Work instruction ▸
Transcribe only the lines of the listing below from the one holding "#52=EDGE_LOOP('',(#51));" through the one holding "#101=CLOSED_SHELL('',(#34,#50,#64,#84,#92,#100));", inclusive, without any change.

Source information ▸
###

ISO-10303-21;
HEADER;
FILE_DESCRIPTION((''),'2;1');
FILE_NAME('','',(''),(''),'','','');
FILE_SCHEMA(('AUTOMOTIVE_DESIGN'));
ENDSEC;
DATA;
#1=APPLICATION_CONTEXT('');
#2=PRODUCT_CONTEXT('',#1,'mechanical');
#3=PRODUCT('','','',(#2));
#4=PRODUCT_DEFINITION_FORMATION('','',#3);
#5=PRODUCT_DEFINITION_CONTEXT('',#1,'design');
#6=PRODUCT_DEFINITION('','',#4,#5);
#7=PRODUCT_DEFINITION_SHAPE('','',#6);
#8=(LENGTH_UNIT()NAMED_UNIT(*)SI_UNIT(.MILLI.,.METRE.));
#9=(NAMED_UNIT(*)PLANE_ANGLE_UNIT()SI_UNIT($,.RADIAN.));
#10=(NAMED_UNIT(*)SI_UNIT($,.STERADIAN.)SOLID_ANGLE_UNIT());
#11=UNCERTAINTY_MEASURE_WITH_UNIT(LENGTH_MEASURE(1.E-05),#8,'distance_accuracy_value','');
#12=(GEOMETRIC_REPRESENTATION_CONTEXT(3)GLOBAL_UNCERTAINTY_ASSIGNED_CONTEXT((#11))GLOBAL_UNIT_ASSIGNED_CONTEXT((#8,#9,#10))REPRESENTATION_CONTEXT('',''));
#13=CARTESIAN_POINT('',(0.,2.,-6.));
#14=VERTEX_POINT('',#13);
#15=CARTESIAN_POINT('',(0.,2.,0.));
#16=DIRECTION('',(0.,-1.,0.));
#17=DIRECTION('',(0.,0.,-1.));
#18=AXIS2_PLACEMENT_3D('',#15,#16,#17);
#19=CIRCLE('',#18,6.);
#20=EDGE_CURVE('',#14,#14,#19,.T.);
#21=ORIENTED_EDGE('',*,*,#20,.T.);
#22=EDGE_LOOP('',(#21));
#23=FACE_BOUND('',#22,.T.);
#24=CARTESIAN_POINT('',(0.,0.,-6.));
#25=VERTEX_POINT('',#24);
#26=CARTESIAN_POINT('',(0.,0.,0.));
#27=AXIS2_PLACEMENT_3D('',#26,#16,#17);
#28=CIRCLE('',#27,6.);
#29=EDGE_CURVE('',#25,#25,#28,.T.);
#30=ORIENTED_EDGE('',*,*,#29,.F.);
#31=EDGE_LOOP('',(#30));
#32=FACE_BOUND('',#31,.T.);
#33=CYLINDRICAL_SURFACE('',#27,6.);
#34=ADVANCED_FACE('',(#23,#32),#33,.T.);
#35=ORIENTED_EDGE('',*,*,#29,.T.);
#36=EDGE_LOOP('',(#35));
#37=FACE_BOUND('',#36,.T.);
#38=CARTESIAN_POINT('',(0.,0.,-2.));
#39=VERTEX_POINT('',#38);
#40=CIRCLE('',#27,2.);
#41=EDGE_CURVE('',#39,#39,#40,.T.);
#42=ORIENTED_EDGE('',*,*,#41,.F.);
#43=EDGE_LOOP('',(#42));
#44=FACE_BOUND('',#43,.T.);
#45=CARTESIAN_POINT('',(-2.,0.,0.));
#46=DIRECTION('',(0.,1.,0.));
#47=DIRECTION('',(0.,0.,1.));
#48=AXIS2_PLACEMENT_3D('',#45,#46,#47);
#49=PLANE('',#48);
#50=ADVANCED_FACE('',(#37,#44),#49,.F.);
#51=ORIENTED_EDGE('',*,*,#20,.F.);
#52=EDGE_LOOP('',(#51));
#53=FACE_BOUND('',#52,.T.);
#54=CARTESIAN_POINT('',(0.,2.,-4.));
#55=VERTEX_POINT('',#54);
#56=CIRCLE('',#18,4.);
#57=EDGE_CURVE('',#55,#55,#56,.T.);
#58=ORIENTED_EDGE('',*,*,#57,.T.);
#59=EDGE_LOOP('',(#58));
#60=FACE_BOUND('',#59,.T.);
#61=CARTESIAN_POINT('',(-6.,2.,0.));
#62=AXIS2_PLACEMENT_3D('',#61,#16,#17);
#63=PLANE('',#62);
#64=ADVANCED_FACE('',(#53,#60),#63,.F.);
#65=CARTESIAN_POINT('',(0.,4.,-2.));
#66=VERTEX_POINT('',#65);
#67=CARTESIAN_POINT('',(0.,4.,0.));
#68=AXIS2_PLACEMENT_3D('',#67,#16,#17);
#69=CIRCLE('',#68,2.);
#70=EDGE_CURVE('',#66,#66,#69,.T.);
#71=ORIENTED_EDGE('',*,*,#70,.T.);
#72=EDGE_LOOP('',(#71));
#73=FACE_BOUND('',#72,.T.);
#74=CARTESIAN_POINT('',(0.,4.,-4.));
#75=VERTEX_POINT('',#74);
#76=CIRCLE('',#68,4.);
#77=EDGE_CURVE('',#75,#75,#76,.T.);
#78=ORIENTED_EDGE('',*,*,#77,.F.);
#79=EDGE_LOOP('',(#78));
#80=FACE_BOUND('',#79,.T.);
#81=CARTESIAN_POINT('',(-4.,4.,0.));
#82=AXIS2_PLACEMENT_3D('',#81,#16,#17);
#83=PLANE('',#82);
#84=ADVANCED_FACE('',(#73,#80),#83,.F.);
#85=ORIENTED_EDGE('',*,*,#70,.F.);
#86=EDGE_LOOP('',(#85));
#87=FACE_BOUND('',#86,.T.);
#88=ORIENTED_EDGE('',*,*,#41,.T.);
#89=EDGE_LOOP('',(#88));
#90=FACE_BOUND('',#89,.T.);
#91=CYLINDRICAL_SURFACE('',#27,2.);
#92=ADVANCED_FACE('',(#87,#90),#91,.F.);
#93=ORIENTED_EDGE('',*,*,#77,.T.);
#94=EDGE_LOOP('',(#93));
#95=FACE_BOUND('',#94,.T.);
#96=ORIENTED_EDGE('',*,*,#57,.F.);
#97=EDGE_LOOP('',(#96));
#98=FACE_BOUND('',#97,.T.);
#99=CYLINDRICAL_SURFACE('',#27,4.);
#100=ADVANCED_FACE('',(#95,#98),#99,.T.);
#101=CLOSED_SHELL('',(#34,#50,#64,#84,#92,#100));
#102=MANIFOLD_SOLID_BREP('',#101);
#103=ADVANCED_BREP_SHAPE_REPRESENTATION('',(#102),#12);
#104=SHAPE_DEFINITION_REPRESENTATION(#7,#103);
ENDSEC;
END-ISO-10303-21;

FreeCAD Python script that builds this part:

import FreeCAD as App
import Part
import Sketcher

V = App.Vector
Q = App.Units.Quantity

doc = App.newDocument("Part")
body = doc.addObject("PartDesign::Body", "Body")

# Sketch on XY plane
sketch1 = body.newObject("Sketcher::SketchObject", "Sketch")
sketch1.AttachmentSupport = (doc.getObject("XY_Plane"), [""])
sketch1.MapMode = "FlatFace"
sketch1.addGeometry(Part.LineSegment(V(-2, 0, 0), V(-2, 4, 0)), False)
sketch1.addGeometry(Part.LineSegment(V(-2, 4, 0), V(-4, 4, 0)), False)
sketch1.addGeometry(Part.LineSegment(V(-4, 4, 0), V(-4, 2, 0)), False)
sketch1.addGeometry(Part.LineSegment(V(-4, 2, 0), V(-6, 2, 0)), False)
sketch1.addGeometry(Part.LineSegment(V(-6, 2, 0), V(-6, 0, 0)), False)
sketch1.addGeometry(Part.LineSegment(V(-6, 0, 0), V(-2, 0, 0)), False)
sketch1.addConstraint(Sketcher.Constraint("Coincident", 0, 2, 1, 1))
sketch1.addConstraint(Sketcher.Constraint("Coincident", 1, 2, 2, 1))
sketch1.addConstraint(Sketcher.Constraint("Coincident", 2, 2, 3, 1))
sketch1.addConstraint(Sketcher.Constraint("Coincident", 3, 2, 4, 1))
sketch1.addConstraint(Sketcher.Constraint("Coincident", 4, 2, 5, 1))
sketch1.addConstraint(Sketcher.Constraint("Coincident", 5, 2, 0, 1))
sketch1.addConstraint(Sketcher.Constraint("Vertical", 0))
sketch1.addConstraint(Sketcher.Constraint("Horizontal", 1))
sketch1.addConstraint(Sketcher.Constraint("Vertical", 2))
sketch1.addConstraint(Sketcher.Constraint("Horizontal", 3))
sketch1.addConstraint(Sketcher.Constraint("Vertical", 4))
sketch1.addConstraint(Sketcher.Constraint("Horizontal", 5))
sketch1.addConstraint(Sketcher.Constraint("PointOnObject", 4, 2, -1))
sketch1.addConstraint(Sketcher.Constraint("Equal", 1, 3))
sketch1.addConstraint(Sketcher.Constraint("Equal", 5, 0))
sketch1.addConstraint(Sketcher.Constraint("Equal", 3, 2))
sketch1.addConstraint(Sketcher.Constraint("DistanceX", 1, 2, 1, 1, Q("2 mm")))
sketch1.addConstraint(Sketcher.Constraint("DistanceX", 0, 2, -1, 1, Q("2 mm")))
revolution = body.newObject("PartDesign::Revolution", "Revolution")
revolution.Profile = sketch1
revolution.ReferenceAxis = (sketch1, ["V_Axis"])
revolution.Angle = 360

doc.recompute()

###

Answer space ▸
#52=EDGE_LOOP('',(#51));
#53=FACE_BOUND('',#52,.T.);
#54=CARTESIAN_POINT('',(0.,2.,-4.));
#55=VERTEX_POINT('',#54);
#56=CIRCLE('',#18,4.);
#57=EDGE_CURVE('',#55,#55,#56,.T.);
#58=ORIENTED_EDGE('',*,*,#57,.T.);
#59=EDGE_LOOP('',(#58));
#60=FACE_BOUND('',#59,.T.);
#61=CARTESIAN_POINT('',(-6.,2.,0.));
#62=AXIS2_PLACEMENT_3D('',#61,#16,#17);
#63=PLANE('',#62);
#64=ADVANCED_FACE('',(#53,#60),#63,.F.);
#65=CARTESIAN_POINT('',(0.,4.,-2.));
#66=VERTEX_POINT('',#65);
#67=CARTESIAN_POINT('',(0.,4.,0.));
#68=AXIS2_PLACEMENT_3D('',#67,#16,#17);
#69=CIRCLE('',#68,2.);
#70=EDGE_CURVE('',#66,#66,#69,.T.);
#71=ORIENTED_EDGE('',*,*,#70,.T.);
#72=EDGE_LOOP('',(#71));
#73=FACE_BOUND('',#72,.T.);
#74=CARTESIAN_POINT('',(0.,4.,-4.));
#75=VERTEX_POINT('',#74);
#76=CIRCLE('',#68,4.);
#77=EDGE_CURVE('',#75,#75,#76,.T.);
#78=ORIENTED_EDGE('',*,*,#77,.F.);
#79=EDGE_LOOP('',(#78));
#80=FACE_BOUND('',#79,.T.);
#81=CARTESIAN_POINT('',(-4.,4.,0.));
#82=AXIS2_PLACEMENT_3D('',#81,#16,#17);
#83=PLANE('',#82);
#84=ADVANCED_FACE('',(#73,#80),#83,.F.);
#85=ORIENTED_EDGE('',*,*,#70,.F.);
#86=EDGE_LOOP('',(#85));
#87=FACE_BOUND('',#86,.T.);
#88=ORIENTED_EDGE('',*,*,#41,.T.);
#89=EDGE_LOOP('',(#88));
#90=FACE_BOUND('',#89,.T.);
#91=CYLINDRICAL_SURFACE('',#27,2.);
#92=ADVANCED_FACE('',(#87,#90),#91,.F.);
#93=ORIENTED_EDGE('',*,*,#77,.T.);
#94=EDGE_LOOP('',(#93));
#95=FACE_BOUND('',#94,.T.);
#96=ORIENTED_EDGE('',*,*,#57,.F.);
#97=EDGE_LOOP('',(#96));
#98=FACE_BOUND('',#97,.T.);
#99=CYLINDRICAL_SURFACE('',#27,4.);
#100=ADVANCED_FACE('',(#95,#98),#99,.T.);
#101=CLOSED_SHELL('',(#34,#50,#64,#84,#92,#100));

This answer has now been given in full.